### [What to do]
Nothing but the lines below between the line holding "face PLANE(AX(P(0,0,0),D(0,1,0),D(-1,0,0))) [e3]" and the line holding "Rebuilt in FreeCAD, every", inclusive, should appear in the answer, each set down exactly.

### [Records supplied]
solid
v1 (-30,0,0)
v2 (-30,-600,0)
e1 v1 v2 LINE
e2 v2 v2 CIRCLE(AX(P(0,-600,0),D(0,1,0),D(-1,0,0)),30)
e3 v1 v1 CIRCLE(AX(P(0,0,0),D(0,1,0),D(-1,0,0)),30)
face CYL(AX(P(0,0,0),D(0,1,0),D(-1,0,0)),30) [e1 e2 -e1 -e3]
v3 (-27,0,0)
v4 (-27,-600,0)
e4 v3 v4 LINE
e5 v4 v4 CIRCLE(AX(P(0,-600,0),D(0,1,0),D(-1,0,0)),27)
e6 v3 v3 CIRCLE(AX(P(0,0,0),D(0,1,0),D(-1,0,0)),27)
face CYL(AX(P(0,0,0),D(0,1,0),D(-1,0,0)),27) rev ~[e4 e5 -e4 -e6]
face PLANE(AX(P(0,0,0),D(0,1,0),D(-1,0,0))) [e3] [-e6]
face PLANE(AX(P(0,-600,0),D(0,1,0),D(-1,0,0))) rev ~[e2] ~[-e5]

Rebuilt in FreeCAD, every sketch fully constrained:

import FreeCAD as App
import Part
import Sketcher
from FreeCAD import Vector

doc = App.newDocument("Part")
body = doc.addObject("PartDesign::Body", "Body")

# Sketch on XZ plane
sketch1 = body.newObject("Sketcher::SketchObject", "Sketch")
sketch1.AttachmentSupport = (doc.getObject("XZ_Plane"), [""])
sketch1.MapMode = "FlatFace"
sketch1.addGeometry(Part.Circle(Vector(0, 0, 0), Vector(0, 0, 1), 30), False)
sketch1.addGeometry(Part.Circle(Vector(0, 0, 0), Vector(0, 0, 1), 27), False)
sketch1.addConstraint(Sketcher.Constraint("Coincident", 0, 3, -1, 1))
sketch1.addConstraint(Sketcher.Constraint("Coincident", 1, 3, -1, 1))
sketch1.addConstraint(Sketcher.Constraint("Diameter", 0, 60.0))
sketch1.addConstraint(Sketcher.Constraint("Diameter", 1, 54.0))
pad1 = body.newObject("PartDesign::Pad", "Pad")
pad1.Profile = sketch1
pad1.Length = 600

doc.recompute()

### [Exercise result]
face PLANE(AX(P(0,0,0),D(0,1,0),D(-1,0,0))) [e3] [-e6]
face PLANE(AX(P(0,-600,0),D(0,1,0),D(-1,0,0))) rev ~[e2] ~[-e5]

Rebuilt in FreeCAD, every sketch fully constrained:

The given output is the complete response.